Ups and downs during Japan's Abe's year in power

(Agencies)
Updated: 2007-09-13 11:24

Japan's Prime Minister Shinzo Abe has told executives of his ruling
coalition that he intends to resign, a ruling party lawmaker said on
Wednesday.

Here is a timeline charting highs and lows for Abe since he took office
last September:

* September 26, 2006: Abe is chosen as prime minister with approval
ratings of around 60 percent.

* October 8-9, 2006: A five-year impasse in bilateral ties ended when Abe
made China his first foreign destination after taking office, visiting
just weeks after becoming prime minister.

* December 21: Abe's point man on tax, Tax Commission Chairman Masaaki
Homma, resigns after media reports that he is living with a mistress in
an upscale government-subsidised apartment.

* December 27: The minister for administrative reform, Genichiro Sata,
quits after a group of his political supporters filed "inappropriate"
financial statements.

* January 27, 2007: Health Minister Hakuo Yangisawa calls women
"birth-giving machines" in a speech, prompting public outrage and calls
for his resignation from both opposition and ruling party lawmakers. Abe
and Yangisawa apologise, but Abe keeps the minister in the job.

* March 5: Abe remarks that there is no proof Japan's army or government
kidnapped women to act as sex slaves for soldiers during World War Two,
sparking outrage in the United States and across Asia.

* April 13: A visit to Japan by Chinese Premier Wen Jiabao further thaws
ties between the two neighbours and boosts Abe's ratings. Wen's trip is
the first by a Chinese premier since 2000.

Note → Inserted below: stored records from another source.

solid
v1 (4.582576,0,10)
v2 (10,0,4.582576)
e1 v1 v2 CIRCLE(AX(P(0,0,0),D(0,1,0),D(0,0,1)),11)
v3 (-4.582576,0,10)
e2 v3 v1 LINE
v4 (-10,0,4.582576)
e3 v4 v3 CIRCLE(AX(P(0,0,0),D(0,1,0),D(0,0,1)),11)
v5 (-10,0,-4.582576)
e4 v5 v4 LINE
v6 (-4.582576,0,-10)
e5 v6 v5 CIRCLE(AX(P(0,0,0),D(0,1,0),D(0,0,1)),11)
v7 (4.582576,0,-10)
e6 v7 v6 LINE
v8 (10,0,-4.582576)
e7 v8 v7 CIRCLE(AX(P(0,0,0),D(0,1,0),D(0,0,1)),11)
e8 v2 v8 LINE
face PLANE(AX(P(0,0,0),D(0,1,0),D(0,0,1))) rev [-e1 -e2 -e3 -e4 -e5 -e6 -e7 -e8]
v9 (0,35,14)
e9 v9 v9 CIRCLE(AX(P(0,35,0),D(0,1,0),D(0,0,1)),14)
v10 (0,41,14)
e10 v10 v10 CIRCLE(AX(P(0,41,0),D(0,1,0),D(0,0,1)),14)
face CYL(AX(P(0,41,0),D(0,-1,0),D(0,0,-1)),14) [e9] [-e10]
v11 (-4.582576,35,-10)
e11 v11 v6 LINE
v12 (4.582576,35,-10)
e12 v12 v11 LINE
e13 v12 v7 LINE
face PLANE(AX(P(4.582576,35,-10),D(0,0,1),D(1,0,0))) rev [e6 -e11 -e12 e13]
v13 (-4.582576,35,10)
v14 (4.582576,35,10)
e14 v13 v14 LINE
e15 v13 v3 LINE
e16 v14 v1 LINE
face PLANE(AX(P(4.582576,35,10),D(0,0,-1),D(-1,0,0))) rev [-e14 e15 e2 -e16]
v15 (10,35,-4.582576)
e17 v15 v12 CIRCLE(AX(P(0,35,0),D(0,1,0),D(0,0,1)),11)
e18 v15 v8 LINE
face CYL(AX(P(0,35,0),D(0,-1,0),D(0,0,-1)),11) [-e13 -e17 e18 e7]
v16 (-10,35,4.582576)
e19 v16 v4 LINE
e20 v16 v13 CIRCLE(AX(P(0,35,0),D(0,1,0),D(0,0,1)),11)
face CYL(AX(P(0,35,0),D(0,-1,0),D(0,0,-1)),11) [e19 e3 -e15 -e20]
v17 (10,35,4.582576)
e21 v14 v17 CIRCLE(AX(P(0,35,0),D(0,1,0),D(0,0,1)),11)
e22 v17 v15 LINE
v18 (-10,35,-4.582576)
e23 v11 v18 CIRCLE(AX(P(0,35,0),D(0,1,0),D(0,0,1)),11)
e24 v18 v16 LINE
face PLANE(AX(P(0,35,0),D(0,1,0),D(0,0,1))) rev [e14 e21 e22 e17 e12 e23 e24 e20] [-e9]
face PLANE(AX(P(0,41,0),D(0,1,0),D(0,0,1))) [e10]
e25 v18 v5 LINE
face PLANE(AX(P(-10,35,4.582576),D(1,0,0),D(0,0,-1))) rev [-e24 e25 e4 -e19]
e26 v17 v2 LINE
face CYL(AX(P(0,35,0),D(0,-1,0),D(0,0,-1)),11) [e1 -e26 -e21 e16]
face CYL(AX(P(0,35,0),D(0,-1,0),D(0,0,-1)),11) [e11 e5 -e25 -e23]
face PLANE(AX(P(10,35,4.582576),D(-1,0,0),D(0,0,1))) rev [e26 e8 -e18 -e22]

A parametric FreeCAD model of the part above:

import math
import FreeCAD as App
import Part
import Sketcher
from FreeCAD import Vector

doc = App.newDocument("Part")
params = doc.addObject("Spreadsheet::Sheet", "Params")
for row, (alias, value) in enumerate([
    ("sketch1_radius", "11 mm"),
    ("pad1_length", "35 mm"),
    ("sketch2_diameter", "28 mm"),
    ("pad2_length", "6 mm"),
], start=1):
    params.set(f"A{row}", alias)
    params.set(f"B{row}", "=" + value)
    params.setAlias(f"B{row}", alias)

body = doc.addObject("PartDesign::Body", "Body")

# Sketch on XZ plane
sketch1 = doc.addObject("Sketcher::SketchObject", "Sketch")
body.addObject(sketch1)
sketch1.AttachmentSupport = (doc.XZ_Plane, [""])
sketch1.MapMode = "FlatFace"
sketch1.addGeometry(Part.LineSegment(Vector(-5, 10, 0), Vector(5, 10, 0)), False)
sketch1.addGeometry(Part.ArcOfCircle(Part.Circle(Vector(0, 0, 0), Vector(0, 0, 1), 11), math.radians(25), math.radians(65)), False)
sketch1.addGeometry(Part.LineSegment(Vector(10, 5, 0), Vector(10, -5, 0)), False)
sketch1.addGeometry(Part.ArcOfCircle(Part.Circle(Vector(0, 0, 0), Vector(0, 0, 1), 11), math.radians(-65), math.radians(-25)), False)
sketch1.addGeometry(Part.LineSegment(Vector(5, -10, 0), Vector(-5, -10, 0)), False)
sketch1.addGeometry(Part.ArcOfCircle(Part.Circle(Vector(0, 0, 0), Vector(0, 0, 1), 11), math.radians(-155), math.radians(-115)), False)
sketch1.addGeometry(Part.LineSegment(Vector(-10, -5, 0), Vector(-10, 5, 0)), False)
sketch1.addGeometry(Part.ArcOfCircle(Part.Circle(Vector(0, 0, 0), Vector(0, 0, 1), 11), math.radians(115), math.radians(155)), False)
sketch1.addConstraint(Sketcher.Constraint("Coincident", 0, 2, 1, 2))
sketch1.addConstraint(Sketcher.Constraint("Coincident", 1, 1, 2, 1))
sketch1.addConstraint(Sketcher.Constraint("Coincident", 2, 2, 3, 2))
sketch1.addConstraint(Sketcher.Constraint("Coincident", 3, 1, 4, 1))
sketch1.addConstraint(Sketcher.Constraint("Coincident", 4, 2, 5, 2))
sketch1.addConstraint(Sketcher.Constraint("Coincident", 5, 1, 6, 1))
sketch1.addConstraint(Sketcher.Constraint("Coincident", 6, 2, 7, 2))
sketch1.addConstraint(Sketcher.Constraint("Coincident", 7, 1, 0, 1))
sketch1.addConstraint(Sketcher.Constraint("Horizontal", 0))
sketch1.addConstraint(Sketcher.Constraint("Vertical", 2))
sketch1.addConstraint(Sketcher.Constraint("Horizontal", 4))
sketch1.addConstraint(Sketcher.Constraint("Vertical", 6))
sketch1.addConstraint(Sketcher.Constraint("Coincident", 1, 3, -1, 1))
sketch1.addConstraint(Sketcher.Constraint("Coincident", 3, 3, -1, 1))
sketch1.addConstraint(Sketcher.Constraint("Coincident", 5, 3, -1, 1))
sketch1.addConstraint(Sketcher.Constraint("Coincident", 7, 3, -1, 1))
sketch1.addConstraint(Sketcher.Constraint("Equal", 1, 3))
sketch1.addConstraint(Sketcher.Constraint("Equal", 3, 5))
sketch1.addConstraint(Sketcher.Constraint("Equal", 5, 7))
sketch1.addConstraint(Sketcher.Constraint("Horizontal", 2, 2, 5, 1))
sketch1.addConstraint(Sketcher.Constraint("Vertical", 0, 2, 3, 1))
sketch1.addConstraint(Sketcher.Constraint("Equal", 4, 2))
sketch1.addConstraint(Sketcher.Constraint("Radius", 1, 11.0))
sketch1.addConstraint(Sketcher.Constraint("DistanceY", -1, 1, 0, 2, 10.0))
sketch1.setExpression("Constraints[22]", "Params.sketch1_radius")
pad1 = doc.addObject("PartDesign::Pad", "Pad")
body.addObject(pad1)
pad1.Profile = sketch1
pad1.setExpression("Length", "Params.pad1_length")
pad1.Reversed = True

# Sketch on XZ plane
sketch2 = doc.addObject("Sketcher::SketchObject", "Sketch001")
body.addObject(sketch2)
sketch2.AttachmentSupport = (doc.XZ_Plane, [""])
sketch2.MapMode = "FlatFace"
sketch2.AttachmentOffset = App.Placement(Vector(0, 0, -35), App.Rotation())
sketch2.addGeometry(Part.Circle(Vector(0, 0, 0), Vector(0, 0, 1), 14), False)
sketch2.addConstraint(Sketcher.Constraint("Coincident", 0, 3, -1, 1))
sketch2.addConstraint(Sketcher.Constraint("Diameter", 0, 28.0))
sketch2.setExpression("Constraints[1]", "Params.sketch2_diameter")
pad2 = doc.addObject("PartDesign::Pad", "Pad001")
body.addObject(pad2)
pad2.Profile = sketch2
pad2.setExpression("Length", "Params.pad2_length")
pad2.Reversed = True

doc.recompute()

* April 26-27: Abe travels to the United States for a meeting with US
President George W. Bush at Camp David, his first US trip as prime
minister.

* May 28: Scandal-tainted Farm Minister Toshikatsu Matsuoka, under fire
for a series of funding scandals, hangs himself.

* June 15: Abe's support rate falls below 30 percent -- seen by many
analysts as a crisis level -- for the first time since taking office.

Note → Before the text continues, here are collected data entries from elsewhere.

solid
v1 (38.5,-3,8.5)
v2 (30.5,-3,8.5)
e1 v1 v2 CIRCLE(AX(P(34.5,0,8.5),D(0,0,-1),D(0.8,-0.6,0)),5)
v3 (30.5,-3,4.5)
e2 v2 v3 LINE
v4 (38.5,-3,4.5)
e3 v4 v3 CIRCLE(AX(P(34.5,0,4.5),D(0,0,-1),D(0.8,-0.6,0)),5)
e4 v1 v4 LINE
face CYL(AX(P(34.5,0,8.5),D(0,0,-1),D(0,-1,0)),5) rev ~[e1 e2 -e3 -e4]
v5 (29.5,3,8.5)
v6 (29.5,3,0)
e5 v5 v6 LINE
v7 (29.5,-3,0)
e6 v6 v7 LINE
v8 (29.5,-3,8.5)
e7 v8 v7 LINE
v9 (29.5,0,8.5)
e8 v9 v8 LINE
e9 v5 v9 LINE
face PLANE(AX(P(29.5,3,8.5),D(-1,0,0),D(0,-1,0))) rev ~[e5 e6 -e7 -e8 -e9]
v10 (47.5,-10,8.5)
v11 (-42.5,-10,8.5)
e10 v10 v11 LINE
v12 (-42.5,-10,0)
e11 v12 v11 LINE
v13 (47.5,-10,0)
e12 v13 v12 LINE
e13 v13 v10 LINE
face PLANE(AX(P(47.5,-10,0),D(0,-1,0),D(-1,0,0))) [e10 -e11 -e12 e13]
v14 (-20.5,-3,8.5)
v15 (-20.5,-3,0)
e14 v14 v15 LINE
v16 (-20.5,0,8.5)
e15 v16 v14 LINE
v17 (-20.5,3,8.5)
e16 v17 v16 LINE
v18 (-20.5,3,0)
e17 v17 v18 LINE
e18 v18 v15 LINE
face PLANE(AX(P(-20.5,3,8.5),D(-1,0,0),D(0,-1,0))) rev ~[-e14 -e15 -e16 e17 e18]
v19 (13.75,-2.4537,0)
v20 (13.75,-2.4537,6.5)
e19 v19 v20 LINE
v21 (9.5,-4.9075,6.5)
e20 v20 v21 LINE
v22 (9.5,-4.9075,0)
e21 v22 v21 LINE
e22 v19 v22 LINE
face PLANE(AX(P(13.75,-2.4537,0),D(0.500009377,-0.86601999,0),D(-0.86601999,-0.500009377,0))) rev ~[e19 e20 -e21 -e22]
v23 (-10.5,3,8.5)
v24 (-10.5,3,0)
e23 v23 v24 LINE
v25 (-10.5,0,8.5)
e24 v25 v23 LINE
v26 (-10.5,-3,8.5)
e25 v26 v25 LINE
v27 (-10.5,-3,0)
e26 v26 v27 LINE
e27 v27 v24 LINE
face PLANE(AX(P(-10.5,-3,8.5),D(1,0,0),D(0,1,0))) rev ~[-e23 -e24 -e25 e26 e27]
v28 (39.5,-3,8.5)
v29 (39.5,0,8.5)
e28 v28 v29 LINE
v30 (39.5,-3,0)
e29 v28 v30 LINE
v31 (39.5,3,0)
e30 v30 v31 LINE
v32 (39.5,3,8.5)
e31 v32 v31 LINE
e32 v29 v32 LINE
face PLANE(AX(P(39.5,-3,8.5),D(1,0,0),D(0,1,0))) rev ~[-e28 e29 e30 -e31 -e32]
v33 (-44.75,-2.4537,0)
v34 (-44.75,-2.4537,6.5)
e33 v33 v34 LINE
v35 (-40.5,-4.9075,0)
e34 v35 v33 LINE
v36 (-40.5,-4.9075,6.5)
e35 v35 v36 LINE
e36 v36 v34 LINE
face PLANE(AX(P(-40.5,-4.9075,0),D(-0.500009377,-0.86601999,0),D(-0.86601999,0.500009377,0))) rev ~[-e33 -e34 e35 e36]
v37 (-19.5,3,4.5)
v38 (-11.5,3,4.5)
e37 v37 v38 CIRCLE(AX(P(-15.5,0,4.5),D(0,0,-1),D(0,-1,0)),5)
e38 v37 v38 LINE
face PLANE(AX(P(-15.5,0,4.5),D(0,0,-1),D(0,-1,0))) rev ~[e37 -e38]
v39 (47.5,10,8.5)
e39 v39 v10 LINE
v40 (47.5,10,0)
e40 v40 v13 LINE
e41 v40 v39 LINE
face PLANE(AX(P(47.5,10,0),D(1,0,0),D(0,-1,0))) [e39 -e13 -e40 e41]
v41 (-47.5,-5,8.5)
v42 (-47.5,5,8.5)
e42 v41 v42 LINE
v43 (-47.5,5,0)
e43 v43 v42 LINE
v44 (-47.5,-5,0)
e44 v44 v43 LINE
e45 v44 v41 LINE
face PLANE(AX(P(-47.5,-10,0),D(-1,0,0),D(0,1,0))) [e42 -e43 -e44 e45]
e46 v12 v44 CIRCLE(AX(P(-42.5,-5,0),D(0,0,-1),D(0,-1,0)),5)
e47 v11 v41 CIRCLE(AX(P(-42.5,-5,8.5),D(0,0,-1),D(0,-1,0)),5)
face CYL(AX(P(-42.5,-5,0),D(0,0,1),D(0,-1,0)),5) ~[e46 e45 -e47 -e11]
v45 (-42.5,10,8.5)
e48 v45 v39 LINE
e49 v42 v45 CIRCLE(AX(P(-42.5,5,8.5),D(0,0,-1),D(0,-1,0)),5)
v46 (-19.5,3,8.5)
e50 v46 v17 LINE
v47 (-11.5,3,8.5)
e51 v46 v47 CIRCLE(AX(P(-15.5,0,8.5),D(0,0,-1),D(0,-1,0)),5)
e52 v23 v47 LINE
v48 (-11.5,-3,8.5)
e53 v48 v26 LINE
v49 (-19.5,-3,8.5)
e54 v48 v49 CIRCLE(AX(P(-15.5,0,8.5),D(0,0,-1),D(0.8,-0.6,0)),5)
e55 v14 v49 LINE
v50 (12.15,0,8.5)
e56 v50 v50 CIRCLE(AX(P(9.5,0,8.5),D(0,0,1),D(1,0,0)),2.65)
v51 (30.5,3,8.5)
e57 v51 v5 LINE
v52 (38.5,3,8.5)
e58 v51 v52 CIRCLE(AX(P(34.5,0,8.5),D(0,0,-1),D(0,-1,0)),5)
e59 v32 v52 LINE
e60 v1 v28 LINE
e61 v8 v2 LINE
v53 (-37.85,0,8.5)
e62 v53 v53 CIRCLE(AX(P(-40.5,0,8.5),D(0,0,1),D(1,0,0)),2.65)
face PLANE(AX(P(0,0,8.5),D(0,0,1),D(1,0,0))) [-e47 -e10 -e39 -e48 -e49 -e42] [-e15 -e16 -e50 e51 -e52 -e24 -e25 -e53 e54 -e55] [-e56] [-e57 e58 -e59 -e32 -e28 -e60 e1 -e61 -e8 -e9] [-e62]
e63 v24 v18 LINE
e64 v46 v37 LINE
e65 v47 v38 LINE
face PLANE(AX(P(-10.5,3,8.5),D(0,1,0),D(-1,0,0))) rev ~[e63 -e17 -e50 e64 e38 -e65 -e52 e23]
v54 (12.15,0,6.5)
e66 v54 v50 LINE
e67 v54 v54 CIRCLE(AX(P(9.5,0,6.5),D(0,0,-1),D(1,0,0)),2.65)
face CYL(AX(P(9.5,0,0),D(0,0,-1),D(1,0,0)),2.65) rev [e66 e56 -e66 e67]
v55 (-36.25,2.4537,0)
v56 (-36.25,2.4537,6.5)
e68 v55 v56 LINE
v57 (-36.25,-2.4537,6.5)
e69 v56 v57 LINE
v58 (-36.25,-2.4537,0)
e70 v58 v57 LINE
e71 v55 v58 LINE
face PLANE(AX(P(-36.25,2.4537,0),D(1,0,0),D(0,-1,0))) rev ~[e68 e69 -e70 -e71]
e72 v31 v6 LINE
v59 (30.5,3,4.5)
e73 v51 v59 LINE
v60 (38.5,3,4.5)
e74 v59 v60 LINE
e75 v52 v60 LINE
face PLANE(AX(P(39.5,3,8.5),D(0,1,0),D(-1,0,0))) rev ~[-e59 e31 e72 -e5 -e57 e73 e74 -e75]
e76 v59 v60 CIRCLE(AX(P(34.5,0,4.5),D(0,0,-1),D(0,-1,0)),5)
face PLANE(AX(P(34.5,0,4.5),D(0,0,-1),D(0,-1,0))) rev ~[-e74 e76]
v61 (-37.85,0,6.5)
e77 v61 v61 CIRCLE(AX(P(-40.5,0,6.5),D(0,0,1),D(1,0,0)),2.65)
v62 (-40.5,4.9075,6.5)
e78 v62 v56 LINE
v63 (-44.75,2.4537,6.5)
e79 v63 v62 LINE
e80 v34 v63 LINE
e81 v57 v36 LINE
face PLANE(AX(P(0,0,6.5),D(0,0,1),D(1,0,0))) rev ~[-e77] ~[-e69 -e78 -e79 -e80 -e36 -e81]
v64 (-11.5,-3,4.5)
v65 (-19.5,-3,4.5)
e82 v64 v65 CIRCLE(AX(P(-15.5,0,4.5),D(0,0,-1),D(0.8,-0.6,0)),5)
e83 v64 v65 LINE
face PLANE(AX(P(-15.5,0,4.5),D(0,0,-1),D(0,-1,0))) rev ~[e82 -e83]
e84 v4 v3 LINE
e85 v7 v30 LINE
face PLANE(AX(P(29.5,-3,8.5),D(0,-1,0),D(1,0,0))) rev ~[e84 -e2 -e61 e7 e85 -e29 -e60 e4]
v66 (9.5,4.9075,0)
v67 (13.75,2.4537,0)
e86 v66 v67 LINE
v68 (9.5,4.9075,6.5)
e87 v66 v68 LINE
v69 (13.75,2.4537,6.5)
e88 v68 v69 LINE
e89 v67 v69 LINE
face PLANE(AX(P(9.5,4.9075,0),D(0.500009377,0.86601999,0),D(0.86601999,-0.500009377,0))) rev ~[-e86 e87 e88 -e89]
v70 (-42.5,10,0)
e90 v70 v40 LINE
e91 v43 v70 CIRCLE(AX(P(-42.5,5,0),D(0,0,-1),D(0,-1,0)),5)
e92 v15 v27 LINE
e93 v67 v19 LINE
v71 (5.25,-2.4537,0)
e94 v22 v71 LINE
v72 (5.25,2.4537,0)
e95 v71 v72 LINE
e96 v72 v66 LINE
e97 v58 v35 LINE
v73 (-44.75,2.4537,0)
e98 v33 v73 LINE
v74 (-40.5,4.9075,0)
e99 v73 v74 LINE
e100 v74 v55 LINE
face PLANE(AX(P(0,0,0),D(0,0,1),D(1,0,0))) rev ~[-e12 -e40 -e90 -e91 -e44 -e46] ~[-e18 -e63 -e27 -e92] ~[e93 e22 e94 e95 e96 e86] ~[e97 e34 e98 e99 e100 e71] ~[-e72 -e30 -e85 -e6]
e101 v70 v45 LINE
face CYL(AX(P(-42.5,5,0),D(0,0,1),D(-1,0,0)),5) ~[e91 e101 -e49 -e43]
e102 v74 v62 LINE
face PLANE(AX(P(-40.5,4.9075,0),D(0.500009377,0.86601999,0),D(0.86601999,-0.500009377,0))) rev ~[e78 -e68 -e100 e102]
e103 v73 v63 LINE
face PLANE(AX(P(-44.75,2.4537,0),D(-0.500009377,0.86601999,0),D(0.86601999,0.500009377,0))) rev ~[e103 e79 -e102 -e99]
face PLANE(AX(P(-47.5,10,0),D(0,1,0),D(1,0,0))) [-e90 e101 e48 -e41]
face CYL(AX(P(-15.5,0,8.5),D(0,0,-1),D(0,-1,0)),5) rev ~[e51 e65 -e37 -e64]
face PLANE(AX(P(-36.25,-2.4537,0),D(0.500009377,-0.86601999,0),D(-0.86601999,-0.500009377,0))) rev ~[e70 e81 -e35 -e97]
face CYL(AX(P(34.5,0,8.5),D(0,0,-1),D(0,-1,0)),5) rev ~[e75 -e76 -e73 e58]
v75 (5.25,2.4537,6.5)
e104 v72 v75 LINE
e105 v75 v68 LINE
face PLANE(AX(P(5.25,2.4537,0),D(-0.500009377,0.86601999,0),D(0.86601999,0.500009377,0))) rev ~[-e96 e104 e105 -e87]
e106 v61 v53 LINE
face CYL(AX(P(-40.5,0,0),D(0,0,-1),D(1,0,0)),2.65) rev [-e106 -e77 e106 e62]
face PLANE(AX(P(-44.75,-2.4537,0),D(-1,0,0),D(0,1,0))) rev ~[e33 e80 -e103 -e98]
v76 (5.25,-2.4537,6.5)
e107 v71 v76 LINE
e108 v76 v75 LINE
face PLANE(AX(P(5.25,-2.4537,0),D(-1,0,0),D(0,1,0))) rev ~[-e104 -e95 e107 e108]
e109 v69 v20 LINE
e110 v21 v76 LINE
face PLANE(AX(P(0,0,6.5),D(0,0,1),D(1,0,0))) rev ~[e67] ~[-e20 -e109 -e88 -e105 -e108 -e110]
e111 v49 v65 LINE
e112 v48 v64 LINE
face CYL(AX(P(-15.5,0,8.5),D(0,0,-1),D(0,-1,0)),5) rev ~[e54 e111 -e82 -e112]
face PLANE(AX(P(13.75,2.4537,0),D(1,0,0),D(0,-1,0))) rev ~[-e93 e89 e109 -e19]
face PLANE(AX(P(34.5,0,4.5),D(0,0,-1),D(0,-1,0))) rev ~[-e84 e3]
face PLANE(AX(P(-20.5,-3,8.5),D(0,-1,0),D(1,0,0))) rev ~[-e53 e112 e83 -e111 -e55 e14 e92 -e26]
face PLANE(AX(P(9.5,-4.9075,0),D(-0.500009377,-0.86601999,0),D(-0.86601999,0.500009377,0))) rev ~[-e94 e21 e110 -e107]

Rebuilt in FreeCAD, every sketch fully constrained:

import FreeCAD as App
import Part
import Sketcher
from FreeCAD import Vector
Q = App.Units.Quantity


def edges_at(feature, points):
    """Names of the edges that pass closest to the given points."""
    edges = feature.Shape.Edges
    near = lambda p: min(range(len(edges)), key=lambda i: edges[i].distToShape(Part.Vertex(*p))[0])
    return sorted({f"Edge{near(p) + 1}" for p in points})

doc = App.newDocument("Part")
body = doc.addObject("PartDesign::Body", "Body")

# Sketch on XY plane
sketch1 = body.newObject("Sketcher::SketchObject", "Sketch")
sketch1.AttachmentSupport = (doc.getObject("XY_Plane"), [""])
sketch1.MapMode = "FlatFace"
sketch1.addGeometry(Part.LineSegment(Vector(-47.5, -10, 0), Vector(47.5, -10, 0)), False)
sketch1.addGeometry(Part.LineSegment(Vector(47.5, -10, 0), Vector(47.5, 10, 0)), False)
sketch1.addGeometry(Part.LineSegment(Vector(47.5, 10, 0), Vector(-47.5, 10, 0)), False)
sketch1.addGeometry(Part.LineSegment(Vector(-47.5, 10, 0), Vector(-47.5, -10, 0)), False)
sketch1.addGeometry(Part.Circle(Vector(-40.5, 0, 0), Vector(0, 0, 1), 2.6), False)
sketch1.addGeometry(Part.Circle(Vector(9.5, 0, 0), Vector(0, 0, 1), 2.6), False)
sketch1.addConstraint(Sketcher.Constraint("Coincident", 0, 2, 1, 1))
sketch1.addConstraint(Sketcher.Constraint("Coincident", 1, 2, 2, 1))
sketch1.addConstraint(Sketcher.Constraint("Coincident", 2, 2, 3, 1))
sketch1.addConstraint(Sketcher.Constraint("Coincident", 3, 2, 0, 1))
sketch1.addConstraint(Sketcher.Constraint("Horizontal", 0))
sketch1.addConstraint(Sketcher.Constraint("Vertical", 1))
sketch1.addConstraint(Sketcher.Constraint("Horizontal", 2))
sketch1.addConstraint(Sketcher.Constraint("Vertical", 3))
sketch1.addConstraint(Sketcher.Constraint("Equal", 4, 5))
sketch1.addConstraint(Sketcher.Constraint("Symmetric", 0, 2, 2, 2, -1, 1))
sketch1.addConstraint(Sketcher.Constraint("PointOnObject", 4, 3, -1))
sketch1.addConstraint(Sketcher.Constraint("PointOnObject", 5, 3, -1))
sketch1.addConstraint(Sketcher.Constraint("Diameter", 4, Q("5.3 mm")))
sketch1.addConstraint(Sketcher.Constraint("DistanceY", 1, 1, 1, 2, Q("20 mm")))
sketch1.addConstraint(Sketcher.Constraint("DistanceX", 4, 3, 5, 3, Q("50 mm")))
sketch1.addConstraint(Sketcher.Constraint("DistanceX", 5, 3, 0, 2, Q("38 mm")))
sketch1.addConstraint(Sketcher.Constraint("DistanceX", 2, 2, 4, 3, Q("7 mm")))
pad1 = body.newObject("PartDesign::Pad", "Pad")
pad1.Profile = sketch1
pad1.Length = 8.5

# Sketch on XY plane
sketch2 = body.newObject("Sketcher::SketchObject", "Sketch001")
sketch2.AttachmentSupport = (doc.getObject("XY_Plane"), [""])
sketch2.MapMode = "FlatFace"
sketch2.addGeometry(Part.LineSegment(Vector(5.2, 2.5, 0), Vector(5.2, -2.5, 0)), False)
sketch2.addGeometry(Part.LineSegment(Vector(5.2, -2.5, 0), Vector(9.5, -4.9, 0)), False)
sketch2.addGeometry(Part.LineSegment(Vector(9.5, -4.9, 0), Vector(13.8, -2.5, 0)), False)
sketch2.addGeometry(Part.LineSegment(Vector(13.8, -2.5, 0), Vector(13.8, 2.5, 0)), False)
sketch2.addGeometry(Part.LineSegment(Vector(13.8, 2.5, 0), Vector(9.5, 4.9, 0)), False)
sketch2.addGeometry(Part.LineSegment(Vector(9.5, 4.9, 0), Vector(5.2, 2.5, 0)), False)
sketch2.addGeometry(Part.LineSegment(Vector(-44.8, 2.5, 0), Vector(-44.8, -2.5, 0)), False)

* July 3: Defence Minister Fumio Kyuma resigns two days after provoking
an outcry by saying the 1945 US atomic bombing of two Japanese cities
"couldn't be helped".

* July 7: Media report that Abe's new farm minister, Norihiko Akagi,
fudged financial statements for the office of a political support group
that was no longer in use. Akagi denies wrongdoing and Abe defends him,
but he resigns a month later on August 1.

* July 29: Abe's coalition loses its upper house majority in its first
big electoral test, punished by voters angered by the scandals, gaffes
and bungling of pension records.

* August 27: Abe reshuffles his cabinet and LDP leadership, opting for
several experienced "old hands", in a bid to regain public confidence in
his administration.

* September 3: Farm Minister Takehiko Endo resigns over illegal dealings
at a farmer's group he headed. Another new appointee, Parliamentary
Secretary for Foreign Affairs Yukiko Sakamoto quits after a campaign
office in her constituency misreported financial outlays.

* September 12: Abe tells executives in his ruling coalition that he
intends to resign, Japanese media report.